(Saved data entries)

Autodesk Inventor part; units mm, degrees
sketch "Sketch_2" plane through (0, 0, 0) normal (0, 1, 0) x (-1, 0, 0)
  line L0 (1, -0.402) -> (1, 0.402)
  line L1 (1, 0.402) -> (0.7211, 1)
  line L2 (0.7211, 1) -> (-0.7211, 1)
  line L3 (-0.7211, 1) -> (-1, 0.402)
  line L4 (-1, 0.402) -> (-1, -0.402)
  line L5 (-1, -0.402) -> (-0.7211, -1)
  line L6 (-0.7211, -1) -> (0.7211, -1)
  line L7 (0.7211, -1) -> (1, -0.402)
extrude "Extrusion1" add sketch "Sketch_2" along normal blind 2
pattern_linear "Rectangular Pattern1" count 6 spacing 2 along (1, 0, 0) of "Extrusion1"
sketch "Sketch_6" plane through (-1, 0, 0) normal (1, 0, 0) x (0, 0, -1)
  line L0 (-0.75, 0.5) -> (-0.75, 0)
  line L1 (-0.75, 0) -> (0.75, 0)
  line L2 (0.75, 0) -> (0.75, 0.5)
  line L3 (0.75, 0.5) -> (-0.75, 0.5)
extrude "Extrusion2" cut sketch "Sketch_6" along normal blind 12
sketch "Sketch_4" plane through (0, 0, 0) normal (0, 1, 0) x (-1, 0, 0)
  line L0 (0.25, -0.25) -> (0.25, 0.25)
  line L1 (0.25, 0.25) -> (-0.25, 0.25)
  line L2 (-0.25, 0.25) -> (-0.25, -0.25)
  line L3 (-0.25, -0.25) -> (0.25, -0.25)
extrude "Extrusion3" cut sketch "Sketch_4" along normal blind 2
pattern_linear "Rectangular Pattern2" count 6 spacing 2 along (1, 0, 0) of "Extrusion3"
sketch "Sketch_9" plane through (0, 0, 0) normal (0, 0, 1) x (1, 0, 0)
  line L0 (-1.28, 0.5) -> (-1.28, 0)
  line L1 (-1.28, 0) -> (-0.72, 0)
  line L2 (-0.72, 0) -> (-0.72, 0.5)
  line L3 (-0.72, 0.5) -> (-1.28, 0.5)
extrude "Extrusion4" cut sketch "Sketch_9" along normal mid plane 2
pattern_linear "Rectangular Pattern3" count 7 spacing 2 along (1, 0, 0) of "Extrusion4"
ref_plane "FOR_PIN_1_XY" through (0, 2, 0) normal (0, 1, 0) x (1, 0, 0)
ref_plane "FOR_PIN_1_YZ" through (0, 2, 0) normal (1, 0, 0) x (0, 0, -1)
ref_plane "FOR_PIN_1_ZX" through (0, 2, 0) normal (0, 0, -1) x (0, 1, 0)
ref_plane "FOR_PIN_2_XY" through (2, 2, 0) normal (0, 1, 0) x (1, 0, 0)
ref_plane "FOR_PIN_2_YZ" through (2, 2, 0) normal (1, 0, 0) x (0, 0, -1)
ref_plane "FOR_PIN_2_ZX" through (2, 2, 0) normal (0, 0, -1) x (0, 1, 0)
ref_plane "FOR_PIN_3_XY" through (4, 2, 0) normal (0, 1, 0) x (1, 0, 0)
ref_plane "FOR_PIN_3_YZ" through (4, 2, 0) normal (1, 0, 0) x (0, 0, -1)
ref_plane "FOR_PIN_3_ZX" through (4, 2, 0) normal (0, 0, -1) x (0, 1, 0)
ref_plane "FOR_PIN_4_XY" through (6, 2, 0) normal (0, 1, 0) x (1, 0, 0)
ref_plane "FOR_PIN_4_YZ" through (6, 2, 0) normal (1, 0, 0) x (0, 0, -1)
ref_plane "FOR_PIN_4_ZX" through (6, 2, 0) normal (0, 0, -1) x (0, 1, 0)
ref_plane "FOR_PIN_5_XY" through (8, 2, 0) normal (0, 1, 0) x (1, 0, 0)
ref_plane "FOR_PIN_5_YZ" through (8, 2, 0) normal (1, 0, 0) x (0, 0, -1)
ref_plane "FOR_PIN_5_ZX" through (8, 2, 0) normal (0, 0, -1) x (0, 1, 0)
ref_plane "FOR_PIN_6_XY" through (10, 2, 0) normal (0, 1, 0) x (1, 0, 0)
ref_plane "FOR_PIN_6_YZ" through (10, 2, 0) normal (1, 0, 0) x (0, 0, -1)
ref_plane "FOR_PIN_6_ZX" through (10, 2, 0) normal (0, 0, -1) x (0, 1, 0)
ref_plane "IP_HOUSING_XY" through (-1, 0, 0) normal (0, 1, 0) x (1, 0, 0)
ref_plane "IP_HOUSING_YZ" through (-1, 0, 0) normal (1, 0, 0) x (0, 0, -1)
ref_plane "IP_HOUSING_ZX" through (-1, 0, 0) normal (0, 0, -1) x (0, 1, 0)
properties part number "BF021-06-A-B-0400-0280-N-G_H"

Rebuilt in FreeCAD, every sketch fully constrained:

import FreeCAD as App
import Part
import Sketcher
from FreeCAD import Vector
Q = App.Units.Quantity

doc = App.newDocument("Part")
body = doc.addObject("PartDesign::Body", "Body")

# Sketch on XZ plane
sketch1 = doc.addObject("Sketcher::SketchObject", "Sketch")
body.addObject(sketch1)
sketch1.AttachmentSupport = (doc.XZ_Plane, [""])
sketch1.MapMode = "FlatFace"
sketch1.addGeometry([
    Part.LineSegment(Vector(-0.7, -1, 0), Vector(-1, -0.4, 0)),  # 0
    Part.LineSegment(Vector(-1, -0.4, 0), Vector(-1, 0.4, 0)),  # 1
    Part.LineSegment(Vector(-1, 0.4, 0), Vector(-0.7, 1, 0)),  # 2
    Part.LineSegment(Vector(-0.7, 1, 0), Vector(0.7, 1, 0)),  # 3
    Part.LineSegment(Vector(0.7, 1, 0), Vector(1, 0.4, 0)),  # 4
    Part.LineSegment(Vector(1, 0.4, 0), Vector(1, -0.4, 0)),  # 5
    Part.LineSegment(Vector(1, -0.4, 0), Vector(0.7, -1, 0)),  # 6
    Part.LineSegment(Vector(0.7, -1, 0), Vector(-0.7, -1, 0)),  # 7
], False)
sketch1.addConstraint([
    Sketcher.Constraint("Coincident", 0, 2, 1, 1),
    Sketcher.Constraint("Coincident", 1, 2, 2, 1),
    Sketcher.Constraint("Coincident", 2, 2, 3, 1),
    Sketcher.Constraint("Coincident", 3, 2, 4, 1),
    Sketcher.Constraint("Coincident", 4, 2, 5, 1),
    Sketcher.Constraint("Coincident", 5, 2, 6, 1),
    Sketcher.Constraint("Coincident", 6, 2, 7, 1),
    Sketcher.Constraint("Coincident", 7, 2, 0, 1),
    Sketcher.Constraint("Vertical", 1),
    Sketcher.Constraint("Horizontal", 3),
    Sketcher.Constraint("Vertical", 5),
    Sketcher.Constraint("Horizontal", 7),
    Sketcher.Constraint("Symmetric", 0, 2, 4, 2, -1, 1),
    Sketcher.Constraint("Symmetric", 2, 2, 6, 2, -1, 1),
    Sketcher.Constraint("Parallel", 0, 4),
    Sketcher.Constraint("Parallel", 2, 6),
    Sketcher.Constraint("Horizontal", 1, 2, 4, 2),
    Sketcher.Constraint("Vertical", 3, 2, 6, 2),
    Sketcher.Constraint("DistanceX", 0, 2, -1, 1, Q("1 mm")),
    Sketcher.Constraint("DistanceY", -1, 1, 2, 2, Q("1 mm")),
    Sketcher.Constraint("DistanceY", 1, 1, 1, 2, Q("0.804 mm")),
    Sketcher.Constraint("DistanceX", 3, 1, 3, 2, Q("1.4422 mm")),
])
pad1 = doc.addObject("PartDesign::Pad", "Pad")
body.addObject(pad1)
pad1.Profile = sketch1
pad1.Length = 2
pad1.Reversed = True
doc.recompute()

linearpattern = doc.addObject("PartDesign::LinearPattern", "LinearPattern")
body.addObject(linearpattern)
linearpattern.Originals = [pad1]
linearpattern.Direction = (doc.X_Axis, [""])
linearpattern.Mode = "offset"
linearpattern.Offset = 2
linearpattern.Occurrences = 6
body.Tip = linearpattern

# Sketch on YZ plane
sketch2 = doc.addObject("Sketcher::SketchObject", "Sketch001")
body.addObject(sketch2)
sketch2.AttachmentSupport = (doc.YZ_Plane, [""])
sketch2.MapMode = "FlatFace"
sketch2.AttachmentOffset = App.Placement(Vector(0, 0, -1), App.Rotation())
sketch2.addGeometry([
    Part.LineSegment(Vector(0.5, -0.8, 0), Vector(0.5, 0.8, 0)),
    Part.LineSegment(Vector(0.5, 0.8, 0), Vector(0, 0.8, 0)),
    Part.LineSegment(Vector(0, 0.8, 0), Vector(0, -0.8, 0)),
    Part.LineSegment(Vector(0, -0.8, 0), Vector(0.5, -0.8, 0)),
], False)
sketch2.addConstraint([
    Sketcher.Constraint("Coincident", 0, 2, 1, 1),
    Sketcher.Constraint("Coincident", 1, 2, 2, 1),
    Sketcher.Constraint("Coincident", 2, 2, 3, 1),
    Sketcher.Constraint("Coincident", 3, 2, 0, 1),
    Sketcher.Constraint("Vertical", 0),
    Sketcher.Constraint("Horizontal", 1),
    Sketcher.Constraint("Vertical", 2),
    Sketcher.Constraint("Horizontal", 3),
    Sketcher.Constraint("Symmetric", 1, 2, 2, 2, -1, 1),
    Sketcher.Constraint("DistanceX", 1, 2, 1, 1, Q("0.5 mm")),
    Sketcher.Constraint("DistanceY", 0, 1, 0, 2, Q("1.5 mm")),
])
pocket1 = doc.addObject("PartDesign::Pocket", "Pocket")
body.addObject(pocket1)
pocket1.Profile = sketch2
pocket1.Length = 12
pocket1.Reversed = True

# Sketch on XZ plane
sketch3 = doc.addObject("Sketcher::SketchObject", "Sketch002")
body.addObject(sketch3)
sketch3.AttachmentSupport = (doc.XZ_Plane, [""])
sketch3.MapMode = "FlatFace"
sketch3.addGeometry([
    Part.LineSegment(Vector(0.2, -0.2, 0), Vector(-0.2, -0.2, 0)),
    Part.LineSegment(Vector(-0.2, -0.2, 0), Vector(-0.2, 0.2, 0)),
    Part.LineSegment(Vector(-0.2, 0.2, 0), Vector(0.2, 0.2, 0)),
    Part.LineSegment(Vector(0.2, 0.2, 0), Vector(0.2, -0.2, 0)),
], False)
sketch3.addConstraint([
    Sketcher.Constraint("Coincident", 0, 2, 1, 1),
    Sketcher.Constraint("Coincident", 1, 2, 2, 1),
    Sketcher.Constraint("Coincident", 2, 2, 3, 1),
    Sketcher.Constraint("Coincident", 3, 2, 0, 1),
    Sketcher.Constraint("Horizontal", 0),
    Sketcher.Constraint("Vertical", 1),
    Sketcher.Constraint("Horizontal", 2),
    Sketcher.Constraint("Vertical", 3),
    Sketcher.Constraint("Symmetric", 0, 2, 2, 2, -1, 1),
    Sketcher.Constraint("Equal", 2, 1),
    Sketcher.Constraint("DistanceX", 0, 2, 0, 1, Q("0.5 mm")),
])
pocket2 = doc.addObject("PartDesign::Pocket", "Pocket001")
body.addObject(pocket2)
pocket2.Profile = sketch3
pocket2.Length = 2
doc.recompute()

linearpattern2 = doc.addObject("PartDesign::LinearPattern", "LinearPattern001")
body.addObject(linearpattern2)
linearpattern2.Originals = [pocket2]
linearpattern2.Direction = (doc.X_Axis, [""])
linearpattern2.Mode = "offset"
linearpattern2.Offset = 2
linearpattern2.Occurrences = 6
body.Tip = linearpattern2

# Sketch on XY plane
sketch4 = doc.addObject("Sketcher::SketchObject", "Sketch003")
body.addObject(sketch4)
sketch4.AttachmentSupport = (doc.XY_Plane, [""])
sketch4.MapMode = "FlatFace"
sketch4.addGeometry([
    Part.LineSegment(Vector(-0.7, 0.5, 0), Vector(-1.3, 0.5, 0)),
    Part.LineSegment(Vector(-1.3, 0.5, 0), Vector(-1.3, 0, 0)),
    Part.LineSegment(Vector(-1.3, 0, 0), Vector(-0.7, 0, 0)),
    Part.LineSegment(Vector(-0.7, 0, 0), Vector(-0.7, 0.5, 0)),
], False)
sketch4.addConstraint([
    Sketcher.Constraint("Coincident", 0, 2, 1, 1),
    Sketcher.Constraint("Coincident", 1, 2, 2, 1),
    Sketcher.Constraint("Coincident", 2, 2, 3, 1),
    Sketcher.Constraint("Coincident", 3, 2, 0, 1),
    Sketcher.Constraint("Horizontal", 0),
    Sketcher.Constraint("Vertical", 1),
    Sketcher.Constraint("Horizontal", 2),
    Sketcher.Constraint("Vertical", 3),
    Sketcher.Constraint("PointOnObject", 1, 2, -1),
    Sketcher.Constraint("DistanceY", 1, 2, 1, 1, Q("0.5 mm")),
    Sketcher.Constraint("DistanceX", 0, 2, 0, 1, Q("0.56 mm")),
    Sketcher.Constraint("DistanceX", 0, 2, -1, 1, Q("1.28 mm")),
])
pocket3 = doc.addObject("PartDesign::Pocket", "Pocket002")
body.addObject(pocket3)
pocket3.Profile = sketch4
pocket3.Length = 2
pocket3.Midplane = True
doc.recompute()

linearpattern3 = doc.addObject("PartDesign::LinearPattern", "LinearPattern002")
body.addObject(linearpattern3)
linearpattern3.Originals = [pocket3]
linearpattern3.Direction = (doc.X_Axis, [""])
linearpattern3.Mode = "offset"
linearpattern3.Offset = 2
linearpattern3.Occurrences = 7
body.Tip = linearpattern3

doc.recompute()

## PROBLEM
Please write out, exactly as they appear above, only the lines in the stretch from the line with "(4, 2, 0) normal (0, 1, 0)" through the line with "(8, 2, 0) normal (0, 1, 0)".

## RESPONSE TO THE TASK
ref_plane "FOR_PIN_3_XY" through (4, 2, 0) normal (0, 1, 0) x (1, 0, 0)
ref_plane "FOR_PIN_3_YZ" through (4, 2, 0) normal (1, 0, 0) x (0, 0, -1)
ref_plane "FOR_PIN_3_ZX" through (4, 2, 0) normal (0, 0, -1) x (0, 1, 0)
ref_plane "FOR_PIN_4_XY" through (6, 2, 0) normal (0, 1, 0) x (1, 0, 0)
ref_plane "FOR_PIN_4_YZ" through (6, 2, 0) normal (1, 0, 0) x (0, 0, -1)
ref_plane "FOR_PIN_4_ZX" through (6, 2, 0) normal (0, 0, -1) x (0, 1, 0)
ref_plane "FOR_PIN_5_XY" through (8, 2, 0) normal (0, 1, 0) x (1, 0, 0)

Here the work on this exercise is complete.